(DATASET ENTRIES)

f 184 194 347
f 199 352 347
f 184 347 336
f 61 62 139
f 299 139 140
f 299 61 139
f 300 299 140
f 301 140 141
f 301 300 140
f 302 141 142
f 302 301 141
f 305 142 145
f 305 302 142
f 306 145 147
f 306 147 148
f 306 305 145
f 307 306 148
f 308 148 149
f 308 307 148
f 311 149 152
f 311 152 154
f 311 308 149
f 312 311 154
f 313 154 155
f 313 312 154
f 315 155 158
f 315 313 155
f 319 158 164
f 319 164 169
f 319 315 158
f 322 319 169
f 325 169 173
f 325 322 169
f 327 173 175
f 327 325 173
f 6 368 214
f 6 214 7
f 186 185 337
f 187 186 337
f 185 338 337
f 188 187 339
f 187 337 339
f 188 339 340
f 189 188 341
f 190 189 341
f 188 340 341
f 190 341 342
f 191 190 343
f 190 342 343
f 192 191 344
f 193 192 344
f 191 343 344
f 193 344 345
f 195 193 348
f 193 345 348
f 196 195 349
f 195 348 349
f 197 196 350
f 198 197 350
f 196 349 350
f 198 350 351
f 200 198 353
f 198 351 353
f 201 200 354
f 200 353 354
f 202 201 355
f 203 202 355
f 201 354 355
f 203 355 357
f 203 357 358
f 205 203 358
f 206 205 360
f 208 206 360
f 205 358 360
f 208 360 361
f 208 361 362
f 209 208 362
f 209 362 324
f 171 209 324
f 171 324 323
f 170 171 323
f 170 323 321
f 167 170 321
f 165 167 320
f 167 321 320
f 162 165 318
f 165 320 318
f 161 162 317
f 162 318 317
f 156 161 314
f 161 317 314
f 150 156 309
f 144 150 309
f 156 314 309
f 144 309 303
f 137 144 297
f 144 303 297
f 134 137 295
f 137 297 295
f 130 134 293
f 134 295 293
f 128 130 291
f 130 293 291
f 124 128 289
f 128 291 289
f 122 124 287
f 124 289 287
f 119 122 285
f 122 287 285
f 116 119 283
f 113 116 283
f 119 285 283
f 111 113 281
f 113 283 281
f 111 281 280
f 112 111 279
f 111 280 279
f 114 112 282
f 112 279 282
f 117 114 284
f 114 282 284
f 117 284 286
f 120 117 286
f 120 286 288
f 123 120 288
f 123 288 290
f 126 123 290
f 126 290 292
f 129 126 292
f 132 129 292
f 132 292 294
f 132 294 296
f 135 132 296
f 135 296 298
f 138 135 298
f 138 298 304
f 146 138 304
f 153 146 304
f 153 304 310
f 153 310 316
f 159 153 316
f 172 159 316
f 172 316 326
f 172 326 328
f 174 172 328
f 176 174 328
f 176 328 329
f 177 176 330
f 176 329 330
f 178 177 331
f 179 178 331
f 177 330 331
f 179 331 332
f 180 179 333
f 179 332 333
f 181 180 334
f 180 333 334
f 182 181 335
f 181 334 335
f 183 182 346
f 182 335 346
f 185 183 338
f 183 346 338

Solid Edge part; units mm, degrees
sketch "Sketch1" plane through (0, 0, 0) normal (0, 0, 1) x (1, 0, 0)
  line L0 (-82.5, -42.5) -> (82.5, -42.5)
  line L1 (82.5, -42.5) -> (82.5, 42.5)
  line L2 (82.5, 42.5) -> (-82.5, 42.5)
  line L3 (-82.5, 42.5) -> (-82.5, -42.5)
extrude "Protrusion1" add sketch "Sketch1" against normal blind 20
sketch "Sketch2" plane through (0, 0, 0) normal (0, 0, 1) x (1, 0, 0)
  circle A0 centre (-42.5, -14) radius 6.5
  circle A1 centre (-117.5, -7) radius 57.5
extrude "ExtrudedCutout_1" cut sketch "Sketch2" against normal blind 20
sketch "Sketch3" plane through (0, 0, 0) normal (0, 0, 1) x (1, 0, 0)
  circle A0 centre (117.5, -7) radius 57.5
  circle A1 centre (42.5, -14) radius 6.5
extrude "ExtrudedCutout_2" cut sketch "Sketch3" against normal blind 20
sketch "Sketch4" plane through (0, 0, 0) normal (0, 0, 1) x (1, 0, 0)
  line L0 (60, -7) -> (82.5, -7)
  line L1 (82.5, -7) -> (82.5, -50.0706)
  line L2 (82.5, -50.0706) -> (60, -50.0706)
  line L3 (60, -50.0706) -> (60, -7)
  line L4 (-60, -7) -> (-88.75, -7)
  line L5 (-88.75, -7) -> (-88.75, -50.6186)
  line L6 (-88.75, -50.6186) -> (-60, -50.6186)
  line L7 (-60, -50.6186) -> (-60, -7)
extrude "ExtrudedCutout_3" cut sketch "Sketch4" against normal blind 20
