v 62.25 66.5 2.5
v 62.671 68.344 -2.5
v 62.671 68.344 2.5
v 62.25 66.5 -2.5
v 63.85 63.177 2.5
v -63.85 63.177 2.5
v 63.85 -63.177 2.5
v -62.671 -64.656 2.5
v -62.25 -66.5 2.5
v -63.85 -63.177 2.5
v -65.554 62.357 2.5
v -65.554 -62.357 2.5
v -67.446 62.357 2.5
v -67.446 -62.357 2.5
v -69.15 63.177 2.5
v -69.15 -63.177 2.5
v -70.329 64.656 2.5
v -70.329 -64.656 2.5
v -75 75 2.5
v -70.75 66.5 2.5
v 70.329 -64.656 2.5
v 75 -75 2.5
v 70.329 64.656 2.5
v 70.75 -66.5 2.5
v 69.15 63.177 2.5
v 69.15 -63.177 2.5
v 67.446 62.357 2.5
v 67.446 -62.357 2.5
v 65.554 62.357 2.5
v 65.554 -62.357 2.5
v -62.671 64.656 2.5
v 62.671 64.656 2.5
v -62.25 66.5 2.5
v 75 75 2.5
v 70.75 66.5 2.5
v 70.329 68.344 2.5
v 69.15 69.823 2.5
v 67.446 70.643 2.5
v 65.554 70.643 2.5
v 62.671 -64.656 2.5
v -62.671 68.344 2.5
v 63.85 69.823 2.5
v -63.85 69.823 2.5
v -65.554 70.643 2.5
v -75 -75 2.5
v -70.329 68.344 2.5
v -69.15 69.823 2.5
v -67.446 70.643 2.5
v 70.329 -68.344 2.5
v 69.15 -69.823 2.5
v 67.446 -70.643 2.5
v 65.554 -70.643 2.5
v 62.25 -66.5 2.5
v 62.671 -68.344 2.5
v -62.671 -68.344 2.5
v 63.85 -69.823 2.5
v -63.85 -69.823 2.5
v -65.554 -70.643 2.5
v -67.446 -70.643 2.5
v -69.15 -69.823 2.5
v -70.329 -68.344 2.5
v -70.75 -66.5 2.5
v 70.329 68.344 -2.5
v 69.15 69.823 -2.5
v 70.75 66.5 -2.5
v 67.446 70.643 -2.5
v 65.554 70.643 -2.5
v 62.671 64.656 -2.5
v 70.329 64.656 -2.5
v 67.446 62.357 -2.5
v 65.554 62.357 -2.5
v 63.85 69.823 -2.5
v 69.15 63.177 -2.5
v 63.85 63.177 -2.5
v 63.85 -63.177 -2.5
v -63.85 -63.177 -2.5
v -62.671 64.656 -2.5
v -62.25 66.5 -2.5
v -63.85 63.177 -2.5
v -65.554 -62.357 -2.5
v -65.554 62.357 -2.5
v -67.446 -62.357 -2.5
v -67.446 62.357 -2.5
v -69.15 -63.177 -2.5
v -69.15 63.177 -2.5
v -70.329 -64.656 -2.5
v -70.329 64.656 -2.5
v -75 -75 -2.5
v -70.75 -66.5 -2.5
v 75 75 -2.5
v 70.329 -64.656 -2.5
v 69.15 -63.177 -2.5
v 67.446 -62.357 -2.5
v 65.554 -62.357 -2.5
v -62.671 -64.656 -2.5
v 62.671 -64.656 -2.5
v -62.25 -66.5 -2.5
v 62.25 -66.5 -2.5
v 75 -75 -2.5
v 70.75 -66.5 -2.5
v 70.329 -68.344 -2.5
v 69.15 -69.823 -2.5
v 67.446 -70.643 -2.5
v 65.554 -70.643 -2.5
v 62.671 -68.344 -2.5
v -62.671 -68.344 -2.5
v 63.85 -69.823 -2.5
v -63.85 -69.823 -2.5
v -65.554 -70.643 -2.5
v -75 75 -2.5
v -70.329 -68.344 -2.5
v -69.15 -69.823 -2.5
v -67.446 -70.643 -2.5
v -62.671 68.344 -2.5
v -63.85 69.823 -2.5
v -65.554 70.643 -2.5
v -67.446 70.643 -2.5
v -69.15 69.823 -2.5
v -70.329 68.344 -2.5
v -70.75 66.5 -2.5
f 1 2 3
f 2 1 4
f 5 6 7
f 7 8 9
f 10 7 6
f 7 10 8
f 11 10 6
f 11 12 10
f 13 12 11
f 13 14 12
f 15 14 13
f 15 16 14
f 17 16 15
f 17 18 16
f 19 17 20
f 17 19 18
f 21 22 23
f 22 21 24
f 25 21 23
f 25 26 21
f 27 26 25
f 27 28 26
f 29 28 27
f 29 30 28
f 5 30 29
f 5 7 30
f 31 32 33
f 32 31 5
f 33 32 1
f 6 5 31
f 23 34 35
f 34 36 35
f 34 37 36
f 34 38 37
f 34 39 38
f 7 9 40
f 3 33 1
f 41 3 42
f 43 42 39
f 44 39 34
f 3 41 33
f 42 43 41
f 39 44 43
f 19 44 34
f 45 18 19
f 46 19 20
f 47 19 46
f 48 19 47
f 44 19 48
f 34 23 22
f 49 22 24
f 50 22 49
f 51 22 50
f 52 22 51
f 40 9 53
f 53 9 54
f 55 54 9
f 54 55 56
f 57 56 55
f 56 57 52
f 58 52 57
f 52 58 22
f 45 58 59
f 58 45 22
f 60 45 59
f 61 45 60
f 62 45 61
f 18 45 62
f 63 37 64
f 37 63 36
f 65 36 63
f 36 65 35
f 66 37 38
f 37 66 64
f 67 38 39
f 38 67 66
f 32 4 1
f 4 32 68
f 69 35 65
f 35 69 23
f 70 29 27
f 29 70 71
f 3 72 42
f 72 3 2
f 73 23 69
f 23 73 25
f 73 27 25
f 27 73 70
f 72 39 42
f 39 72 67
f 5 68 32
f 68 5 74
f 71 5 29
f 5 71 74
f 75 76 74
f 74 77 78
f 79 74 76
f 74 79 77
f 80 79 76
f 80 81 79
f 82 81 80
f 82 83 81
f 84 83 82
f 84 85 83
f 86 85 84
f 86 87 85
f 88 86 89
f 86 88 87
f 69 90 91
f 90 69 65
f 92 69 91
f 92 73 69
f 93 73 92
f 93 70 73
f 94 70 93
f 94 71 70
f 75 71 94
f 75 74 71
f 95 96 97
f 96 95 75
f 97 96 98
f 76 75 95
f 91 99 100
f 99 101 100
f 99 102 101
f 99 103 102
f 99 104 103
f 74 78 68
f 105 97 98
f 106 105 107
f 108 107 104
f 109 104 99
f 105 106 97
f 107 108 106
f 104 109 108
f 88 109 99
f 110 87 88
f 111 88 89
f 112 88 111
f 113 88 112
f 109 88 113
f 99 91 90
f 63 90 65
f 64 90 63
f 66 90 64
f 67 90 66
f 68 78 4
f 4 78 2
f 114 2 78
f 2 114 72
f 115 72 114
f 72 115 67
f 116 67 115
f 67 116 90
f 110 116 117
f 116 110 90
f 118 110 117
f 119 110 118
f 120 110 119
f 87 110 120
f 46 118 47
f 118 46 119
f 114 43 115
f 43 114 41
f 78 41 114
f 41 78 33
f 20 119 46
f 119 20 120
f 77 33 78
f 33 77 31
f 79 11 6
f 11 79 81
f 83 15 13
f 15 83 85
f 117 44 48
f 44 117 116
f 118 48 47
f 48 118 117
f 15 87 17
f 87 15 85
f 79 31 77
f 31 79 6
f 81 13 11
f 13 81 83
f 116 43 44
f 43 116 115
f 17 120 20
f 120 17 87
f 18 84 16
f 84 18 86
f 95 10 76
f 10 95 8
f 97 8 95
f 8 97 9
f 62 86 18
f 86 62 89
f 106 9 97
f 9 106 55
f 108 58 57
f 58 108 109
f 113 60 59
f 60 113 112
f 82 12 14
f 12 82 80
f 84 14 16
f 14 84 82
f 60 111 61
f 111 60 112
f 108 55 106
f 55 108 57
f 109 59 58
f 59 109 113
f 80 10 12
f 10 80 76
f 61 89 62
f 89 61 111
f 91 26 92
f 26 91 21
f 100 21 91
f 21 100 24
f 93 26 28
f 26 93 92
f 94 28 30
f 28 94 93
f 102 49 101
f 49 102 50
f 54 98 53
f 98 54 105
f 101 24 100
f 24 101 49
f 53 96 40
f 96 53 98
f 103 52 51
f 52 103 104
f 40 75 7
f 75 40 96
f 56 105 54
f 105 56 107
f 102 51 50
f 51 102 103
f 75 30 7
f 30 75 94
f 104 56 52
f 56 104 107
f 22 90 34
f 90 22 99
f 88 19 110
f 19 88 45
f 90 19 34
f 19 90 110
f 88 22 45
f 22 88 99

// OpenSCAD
// Generated by SolidPython 1.1.3 on 2023-10-16 11:59:45


difference() {
	cube(center = true, size = [150, 150, 5]);
	union() {
		translate(v = [66.5000000000, 66.5000000000]) {
			cylinder(center = true, h = 5, r = 4.2500000000);
		}
		translate(v = [-66.5000000000, 66.5000000000]) {
			cylinder(center = true, h = 5, r = 4.2500000000);
		}
		translate(v = [-66.5000000000, -66.5000000000]) {
			cylinder(center = true, h = 5, r = 4.2500000000);
		}
		translate(v = [66.5000000000, -66.5000000000]) {
			cylinder(center = true, h = 5, r = 4.2500000000);
		}
	}
}
/***********************************************
*********      SolidPython code:      **********
************************************************
 
import solid
import numbers
import pudb
from solid.utils import *
import viewscad
import subprocess
import os
import os.path as osp
import math
import sys

chamfer_extrude=solid.import_scad("./chamfer_extrude.scad")
chamfer_extrude=chamfer_extrude.chamfer_extrude
r = viewscad.Renderer(width=800, height=800)

def debug(model,f_name,path="/home/ts/code/projects/mfd/designs/debug"):
    solid.scad_render_to_file(model,osp.join(path,f_name)+".scad")
#generate position list of wells using offset from center
wells_pos_from_center_4 = lambda offset: [[-offset,offset],
                                        [offset, offset],
                                        [-offset, -offset],
                                        [offset, -offset]]
#wells_pos_from_center_2 = lambda offset: [[0,offset],
#                                        [0, -offset]]
wells_pos_from_center_2 = lambda offset: [[offset,0],
                                        [-offset,0]]

def make_well(dims,shape=None,height=None,dxf=False):
    def circle_cylinder():
        if dxf or (height is None):
            well = solid.circle(r=dims, segments=64)
        else:
            well = solid.cylinder(r=dims, h=height, segments=64, center = True)
        return well
    if dims is None:
        sys.exit("radius needs to be a number")
    if isinstance(dims, numbers.Number):
        well =circle_cylinder()
    elif len(dims)==1:
        if isinstance(dims[1], numbers.Number):
            well =circle_cylinder()
        else:
            sys.exit("radius needs to be a number")
    elif len(dims)==2:
        well = solid.square(dims,center = True)
    elif len(dims)==3:
        well = solid.cube(dims, center = True)
    return well

def wells_top_bottom(center_gap,device_dims=None,shape=None,height=None, positions = None, dxf = False):
    well_shape = make_well(device_dims,shape=shape,height=height,dxf=dxf)
    wells = []
    if positions is None:
        offset = radius+radius/2.0
        positions = wells_pos_from_center_2(offset)
    if dxf or (height is None):
        height = 0
    for position in positions:
        if dxf:
            wells.append(solid.translate([position[0],position[1]])(well_shape))
        else:
            wells.append(solid.translate([position[0],position[1],height/2.0])(well_shape))
    return  union()(*wells)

(End DATASET ENTRIES)

Reproduce, exactly as they stand in the data above, the lines from the one that holds "v -63.85 -69.823 2.5" to the one that holds "v 63.85 69.823 -2.5", inclusive.

■ **ANSWER TO THIS TASK**:
v -63.85 -69.823 2.5
v -65.554 -70.643 2.5
v -67.446 -70.643 2.5
v -69.15 -69.823 2.5
v -70.329 -68.344 2.5
v -70.75 -66.5 2.5
v 70.329 68.344 -2.5
v 69.15 69.823 -2.5
v 70.75 66.5 -2.5
v 67.446 70.643 -2.5
v 65.554 70.643 -2.5
v 62.671 64.656 -2.5
v 70.329 64.656 -2.5
v 67.446 62.357 -2.5
v 65.554 62.357 -2.5
v 63.85 69.823 -2.5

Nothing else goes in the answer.